DATASET EXTRACT START

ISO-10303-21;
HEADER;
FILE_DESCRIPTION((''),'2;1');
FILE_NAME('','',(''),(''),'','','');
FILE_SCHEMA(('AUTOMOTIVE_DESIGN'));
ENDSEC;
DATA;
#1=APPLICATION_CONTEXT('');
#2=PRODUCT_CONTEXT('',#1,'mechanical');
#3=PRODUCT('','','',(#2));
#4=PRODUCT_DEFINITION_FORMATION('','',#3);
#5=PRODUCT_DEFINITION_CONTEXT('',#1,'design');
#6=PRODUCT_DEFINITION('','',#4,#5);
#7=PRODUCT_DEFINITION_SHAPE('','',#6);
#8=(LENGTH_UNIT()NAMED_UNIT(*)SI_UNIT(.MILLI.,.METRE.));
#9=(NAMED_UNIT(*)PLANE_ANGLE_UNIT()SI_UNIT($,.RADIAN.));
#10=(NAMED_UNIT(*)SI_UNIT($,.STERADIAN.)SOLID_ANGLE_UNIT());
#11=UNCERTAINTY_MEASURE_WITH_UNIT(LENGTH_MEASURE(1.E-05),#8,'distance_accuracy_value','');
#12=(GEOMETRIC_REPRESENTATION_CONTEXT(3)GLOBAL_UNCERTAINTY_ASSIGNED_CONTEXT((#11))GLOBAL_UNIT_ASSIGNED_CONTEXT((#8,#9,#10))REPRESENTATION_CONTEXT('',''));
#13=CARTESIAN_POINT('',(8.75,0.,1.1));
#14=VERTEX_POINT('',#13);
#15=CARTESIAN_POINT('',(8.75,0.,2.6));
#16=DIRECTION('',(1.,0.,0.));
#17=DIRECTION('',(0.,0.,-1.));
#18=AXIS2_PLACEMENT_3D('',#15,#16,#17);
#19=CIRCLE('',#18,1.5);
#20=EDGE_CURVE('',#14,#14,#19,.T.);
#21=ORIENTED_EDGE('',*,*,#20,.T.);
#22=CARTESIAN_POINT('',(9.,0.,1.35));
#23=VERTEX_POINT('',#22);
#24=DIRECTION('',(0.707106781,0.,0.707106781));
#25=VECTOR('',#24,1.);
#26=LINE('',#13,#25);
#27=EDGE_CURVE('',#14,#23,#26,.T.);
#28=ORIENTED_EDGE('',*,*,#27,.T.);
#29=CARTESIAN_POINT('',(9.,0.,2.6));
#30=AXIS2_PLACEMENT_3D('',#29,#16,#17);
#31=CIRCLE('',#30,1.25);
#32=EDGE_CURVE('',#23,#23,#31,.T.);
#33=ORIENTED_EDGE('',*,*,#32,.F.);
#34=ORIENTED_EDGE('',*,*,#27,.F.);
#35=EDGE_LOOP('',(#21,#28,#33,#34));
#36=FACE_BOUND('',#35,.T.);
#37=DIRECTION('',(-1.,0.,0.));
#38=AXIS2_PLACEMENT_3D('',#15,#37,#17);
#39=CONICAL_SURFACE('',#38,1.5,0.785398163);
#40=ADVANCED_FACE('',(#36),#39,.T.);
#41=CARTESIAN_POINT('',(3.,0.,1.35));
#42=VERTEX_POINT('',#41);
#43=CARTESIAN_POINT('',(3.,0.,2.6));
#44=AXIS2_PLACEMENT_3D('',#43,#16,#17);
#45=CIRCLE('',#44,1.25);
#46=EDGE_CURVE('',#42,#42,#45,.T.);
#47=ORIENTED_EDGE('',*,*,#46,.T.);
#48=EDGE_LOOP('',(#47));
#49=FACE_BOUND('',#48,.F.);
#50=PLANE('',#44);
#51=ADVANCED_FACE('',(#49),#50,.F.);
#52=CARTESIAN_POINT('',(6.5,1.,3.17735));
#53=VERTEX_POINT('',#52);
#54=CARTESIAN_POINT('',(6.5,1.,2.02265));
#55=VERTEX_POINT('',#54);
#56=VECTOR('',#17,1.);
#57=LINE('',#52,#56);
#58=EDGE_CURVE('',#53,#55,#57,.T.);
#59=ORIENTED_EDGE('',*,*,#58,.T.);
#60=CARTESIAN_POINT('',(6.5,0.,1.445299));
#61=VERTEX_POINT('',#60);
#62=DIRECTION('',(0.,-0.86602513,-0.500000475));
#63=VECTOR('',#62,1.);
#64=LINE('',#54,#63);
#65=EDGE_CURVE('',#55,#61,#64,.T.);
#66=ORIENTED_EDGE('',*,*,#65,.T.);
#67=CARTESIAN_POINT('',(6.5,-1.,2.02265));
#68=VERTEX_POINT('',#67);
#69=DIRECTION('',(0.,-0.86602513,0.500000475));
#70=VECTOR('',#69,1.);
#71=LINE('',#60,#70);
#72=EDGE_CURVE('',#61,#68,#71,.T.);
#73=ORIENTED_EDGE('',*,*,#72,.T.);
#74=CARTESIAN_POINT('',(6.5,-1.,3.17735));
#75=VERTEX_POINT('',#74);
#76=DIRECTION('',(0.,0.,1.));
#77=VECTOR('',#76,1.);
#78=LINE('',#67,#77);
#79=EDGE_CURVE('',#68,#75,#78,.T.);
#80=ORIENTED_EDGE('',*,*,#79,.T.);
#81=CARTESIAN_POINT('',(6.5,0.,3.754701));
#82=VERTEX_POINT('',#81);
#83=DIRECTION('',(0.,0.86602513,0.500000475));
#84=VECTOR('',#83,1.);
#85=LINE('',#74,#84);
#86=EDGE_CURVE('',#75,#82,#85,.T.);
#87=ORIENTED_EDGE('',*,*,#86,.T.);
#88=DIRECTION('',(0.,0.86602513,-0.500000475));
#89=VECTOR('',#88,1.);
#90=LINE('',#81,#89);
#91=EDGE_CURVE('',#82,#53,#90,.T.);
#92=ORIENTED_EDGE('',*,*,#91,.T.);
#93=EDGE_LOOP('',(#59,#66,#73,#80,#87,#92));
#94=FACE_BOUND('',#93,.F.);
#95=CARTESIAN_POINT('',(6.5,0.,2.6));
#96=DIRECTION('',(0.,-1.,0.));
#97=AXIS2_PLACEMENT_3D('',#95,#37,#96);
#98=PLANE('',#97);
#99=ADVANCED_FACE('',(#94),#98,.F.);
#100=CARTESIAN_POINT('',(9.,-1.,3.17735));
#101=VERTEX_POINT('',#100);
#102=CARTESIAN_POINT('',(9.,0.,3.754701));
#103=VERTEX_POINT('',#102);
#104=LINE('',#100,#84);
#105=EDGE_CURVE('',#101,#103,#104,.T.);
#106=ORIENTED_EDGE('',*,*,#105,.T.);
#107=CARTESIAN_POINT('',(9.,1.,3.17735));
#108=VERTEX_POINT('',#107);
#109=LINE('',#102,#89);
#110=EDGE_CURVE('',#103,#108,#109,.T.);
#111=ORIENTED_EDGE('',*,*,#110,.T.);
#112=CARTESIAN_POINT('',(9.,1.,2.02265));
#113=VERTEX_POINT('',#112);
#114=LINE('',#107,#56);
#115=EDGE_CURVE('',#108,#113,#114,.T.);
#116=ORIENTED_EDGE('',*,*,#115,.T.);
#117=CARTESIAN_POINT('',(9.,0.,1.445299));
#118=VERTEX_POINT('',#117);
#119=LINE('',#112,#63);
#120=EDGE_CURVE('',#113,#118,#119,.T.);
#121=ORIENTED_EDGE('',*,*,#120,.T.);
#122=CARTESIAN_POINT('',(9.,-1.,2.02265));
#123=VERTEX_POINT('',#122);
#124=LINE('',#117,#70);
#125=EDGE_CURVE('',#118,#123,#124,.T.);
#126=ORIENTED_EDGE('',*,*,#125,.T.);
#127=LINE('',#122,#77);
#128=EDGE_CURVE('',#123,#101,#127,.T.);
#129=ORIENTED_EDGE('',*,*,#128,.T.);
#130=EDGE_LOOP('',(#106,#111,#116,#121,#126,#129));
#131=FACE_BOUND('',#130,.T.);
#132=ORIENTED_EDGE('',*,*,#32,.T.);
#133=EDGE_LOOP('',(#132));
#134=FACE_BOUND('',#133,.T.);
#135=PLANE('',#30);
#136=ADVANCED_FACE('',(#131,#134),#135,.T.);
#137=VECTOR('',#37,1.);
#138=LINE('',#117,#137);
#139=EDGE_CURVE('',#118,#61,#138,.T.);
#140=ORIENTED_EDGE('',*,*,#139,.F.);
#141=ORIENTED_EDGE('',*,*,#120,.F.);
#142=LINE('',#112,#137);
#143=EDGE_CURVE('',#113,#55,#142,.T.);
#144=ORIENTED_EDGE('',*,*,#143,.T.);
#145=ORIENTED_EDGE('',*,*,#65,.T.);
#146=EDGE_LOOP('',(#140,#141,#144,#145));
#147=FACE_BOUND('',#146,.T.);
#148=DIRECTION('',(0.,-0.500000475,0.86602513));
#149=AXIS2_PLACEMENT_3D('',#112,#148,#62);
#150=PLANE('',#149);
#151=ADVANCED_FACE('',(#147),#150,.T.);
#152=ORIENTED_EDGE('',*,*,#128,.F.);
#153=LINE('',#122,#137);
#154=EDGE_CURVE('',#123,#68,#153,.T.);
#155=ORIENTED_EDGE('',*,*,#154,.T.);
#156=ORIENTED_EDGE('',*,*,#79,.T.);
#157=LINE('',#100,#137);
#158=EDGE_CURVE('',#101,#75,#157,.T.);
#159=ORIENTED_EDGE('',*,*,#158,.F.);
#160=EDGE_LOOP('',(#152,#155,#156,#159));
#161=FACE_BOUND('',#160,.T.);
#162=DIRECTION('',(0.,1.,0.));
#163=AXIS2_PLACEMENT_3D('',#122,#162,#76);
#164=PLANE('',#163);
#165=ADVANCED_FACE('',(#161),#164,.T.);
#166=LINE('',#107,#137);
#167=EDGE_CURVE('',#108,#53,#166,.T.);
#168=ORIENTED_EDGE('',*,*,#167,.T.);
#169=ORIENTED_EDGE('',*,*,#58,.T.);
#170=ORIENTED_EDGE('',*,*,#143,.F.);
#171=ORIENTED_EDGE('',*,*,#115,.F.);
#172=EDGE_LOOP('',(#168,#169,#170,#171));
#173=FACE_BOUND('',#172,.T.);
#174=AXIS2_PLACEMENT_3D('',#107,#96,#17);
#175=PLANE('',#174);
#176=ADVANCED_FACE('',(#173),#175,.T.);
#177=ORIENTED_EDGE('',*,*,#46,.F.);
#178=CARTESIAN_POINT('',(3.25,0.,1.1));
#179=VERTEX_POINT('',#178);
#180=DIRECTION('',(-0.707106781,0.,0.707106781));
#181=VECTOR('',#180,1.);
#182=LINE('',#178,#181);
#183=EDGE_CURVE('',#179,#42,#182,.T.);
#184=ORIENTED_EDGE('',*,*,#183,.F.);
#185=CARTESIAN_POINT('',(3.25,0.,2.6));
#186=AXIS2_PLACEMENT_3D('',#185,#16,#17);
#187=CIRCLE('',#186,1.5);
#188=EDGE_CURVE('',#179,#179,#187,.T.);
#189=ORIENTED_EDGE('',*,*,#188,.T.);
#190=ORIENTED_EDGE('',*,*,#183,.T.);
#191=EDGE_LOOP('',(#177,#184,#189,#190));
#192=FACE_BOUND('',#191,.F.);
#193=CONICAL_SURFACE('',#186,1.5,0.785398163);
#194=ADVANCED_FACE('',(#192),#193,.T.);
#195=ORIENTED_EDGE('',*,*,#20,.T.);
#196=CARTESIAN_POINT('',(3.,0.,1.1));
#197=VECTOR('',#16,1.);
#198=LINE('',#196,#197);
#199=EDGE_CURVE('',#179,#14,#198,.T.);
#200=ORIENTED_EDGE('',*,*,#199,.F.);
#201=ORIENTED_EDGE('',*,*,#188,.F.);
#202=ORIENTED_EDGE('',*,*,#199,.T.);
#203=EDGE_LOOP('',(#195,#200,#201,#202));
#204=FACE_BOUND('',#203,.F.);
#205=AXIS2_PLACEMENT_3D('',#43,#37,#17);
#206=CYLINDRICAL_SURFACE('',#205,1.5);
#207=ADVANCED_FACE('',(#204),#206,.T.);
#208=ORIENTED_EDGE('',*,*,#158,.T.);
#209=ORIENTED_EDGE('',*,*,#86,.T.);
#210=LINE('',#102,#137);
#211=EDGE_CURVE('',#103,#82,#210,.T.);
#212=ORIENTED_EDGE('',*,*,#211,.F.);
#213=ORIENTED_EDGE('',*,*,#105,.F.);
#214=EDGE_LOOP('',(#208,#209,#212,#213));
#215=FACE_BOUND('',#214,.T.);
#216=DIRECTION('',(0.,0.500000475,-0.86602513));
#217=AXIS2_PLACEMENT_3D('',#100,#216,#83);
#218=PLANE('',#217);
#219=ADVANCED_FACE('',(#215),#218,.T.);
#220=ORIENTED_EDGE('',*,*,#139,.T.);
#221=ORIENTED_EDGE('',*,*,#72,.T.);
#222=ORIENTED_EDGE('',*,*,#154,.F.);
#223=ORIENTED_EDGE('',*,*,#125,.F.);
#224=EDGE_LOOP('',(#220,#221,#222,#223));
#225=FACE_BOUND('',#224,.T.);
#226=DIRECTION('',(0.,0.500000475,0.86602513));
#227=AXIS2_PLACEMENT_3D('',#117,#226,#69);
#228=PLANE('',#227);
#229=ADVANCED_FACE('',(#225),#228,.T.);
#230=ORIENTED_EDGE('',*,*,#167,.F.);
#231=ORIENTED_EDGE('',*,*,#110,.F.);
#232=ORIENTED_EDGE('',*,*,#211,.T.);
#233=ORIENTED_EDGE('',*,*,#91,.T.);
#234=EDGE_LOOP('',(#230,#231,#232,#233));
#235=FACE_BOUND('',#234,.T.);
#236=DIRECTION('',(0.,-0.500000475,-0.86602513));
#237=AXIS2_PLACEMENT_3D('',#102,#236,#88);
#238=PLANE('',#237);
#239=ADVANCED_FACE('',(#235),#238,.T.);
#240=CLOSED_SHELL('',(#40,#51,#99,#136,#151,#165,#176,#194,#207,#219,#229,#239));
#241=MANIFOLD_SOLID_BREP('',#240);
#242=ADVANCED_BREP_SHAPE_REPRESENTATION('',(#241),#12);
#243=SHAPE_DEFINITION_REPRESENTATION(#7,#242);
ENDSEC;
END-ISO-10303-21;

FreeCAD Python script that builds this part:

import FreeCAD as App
import Part
import Sketcher


def edges_at(feature, points):
    """Names of the edges that pass closest to the given points."""
    edges = feature.Shape.Edges
    near = lambda p: min(range(len(edges)), key=lambda i: edges[i].distToShape(Part.Vertex(*p))[0])
    return sorted({f"Edge{near(p) + 1}" for p in points})


def add_polygon(sketch, points):
    """Adds a closed chain of lines whose ends are joined by coincident constraints."""
    first, n = sketch.GeometryCount, len(points)
    for a, b in zip(points, points[1:] + points[:1]):
        sketch.addGeometry(Part.LineSegment(App.Vector(*a, 0), App.Vector(*b, 0)), False)
    for i in range(n):
        sketch.addConstraint(Sketcher.Constraint("Coincident", first + i, 2, first + (i + 1) % n, 1))

doc = App.newDocument("Part")
body = doc.addObject("PartDesign::Body", "Body")

# Sketch on YZ plane
sketch1 = body.newObject("Sketcher::SketchObject", "Sketch")
sketch1.AttachmentSupport = (doc.getObject("YZ_Plane"), [""])
sketch1.MapMode = "FlatFace"
sketch1.AttachmentOffset = App.Placement(App.Vector(0, 0, 3), App.Rotation())
sketch1.addGeometry(Part.Circle(App.Vector(0, 2.6, 0), App.Vector(0, 0, 1), 1.5), False)
sketch1.addConstraint(Sketcher.Constraint("PointOnObject", 0, 3, -2))
sketch1.addConstraint(Sketcher.Constraint("Diameter", 0, 3.0))
sketch1.addConstraint(Sketcher.Constraint("DistanceY", -1, 1, 0, 3, 2.6))
pad1 = body.newObject("PartDesign::Pad", "Pad")
pad1.Profile = sketch1
pad1.Length = 6
doc.recompute()

chamfer = body.newObject("PartDesign::Chamfer", "Chamfer")
chamfer.Base = (pad1, edges_at(pad1, [(9, 0, 4.1), (3, 0, 4.1)]))
chamfer.Size = 0.25

# Sketch on YZ plane
sketch2 = body.newObject("Sketcher::SketchObject", "Sketch001")
sketch2.AttachmentSupport = (doc.getObject("YZ_Plane"), [""])
sketch2.MapMode = "FlatFace"
sketch2.AttachmentOffset = App.Placement(App.Vector(0, 0, 9), App.Rotation())
add_polygon(sketch2, [(0, 3.8), (-1, 3.2), (-1, 2), (0, 1.4), (1, 2), (1, 3.2)])  # lines 0-5
sketch2.addConstraint(Sketcher.Constraint("Vertical", 1))
sketch2.addConstraint(Sketcher.Constraint("Vertical", 4))
sketch2.addConstraint(Sketcher.Constraint("Symmetric", 1, 2, 3, 2, -2))
sketch2.addConstraint(Sketcher.Constraint("PointOnObject", 2, 2, -2))
sketch2.addConstraint(Sketcher.Constraint("PointOnObject", 5, 2, -2))
sketch2.addConstraint(Sketcher.Constraint("Parallel", 0, 3))
sketch2.addConstraint(Sketcher.Constraint("Parallel", 2, 5))
sketch2.addConstraint(Sketcher.Constraint("DistanceX", 0, 2, -1, 1, 1.0))
sketch2.addConstraint(Sketcher.Constraint("DistanceY", 1, 2, 1, 1, 1.1547))
sketch2.addConstraint(Sketcher.Constraint("Distance", 0, 1.154701))
sketch2.addConstraint(Sketcher.Constraint("DistanceY", -1, 1, 2, 2, 1.445299))
pocket1 = body.newObject("PartDesign::Pocket", "Pocket")
pocket1.Profile = sketch2
pocket1.Length = 2.5

doc.recompute()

DATASET EXTRACT END

EXERCISE AIM ::
Among the records above, repeat exactly the line with "#164=PLANE('',#163);", the line with "#171=ORIENTED_EDGE('',*,*,#115,.F.);", and every line in between, and only those.

OUTPUT FOR THIS EXERCISE ::
#164=PLANE('',#163);
#165=ADVANCED_FACE('',(#161),#164,.T.);
#166=LINE('',#107,#137);
#167=EDGE_CURVE('',#108,#53,#166,.T.);
#168=ORIENTED_EDGE('',*,*,#167,.T.);
#169=ORIENTED_EDGE('',*,*,#58,.T.);
#170=ORIENTED_EDGE('',*,*,#143,.F.);
#171=ORIENTED_EDGE('',*,*,#115,.F.);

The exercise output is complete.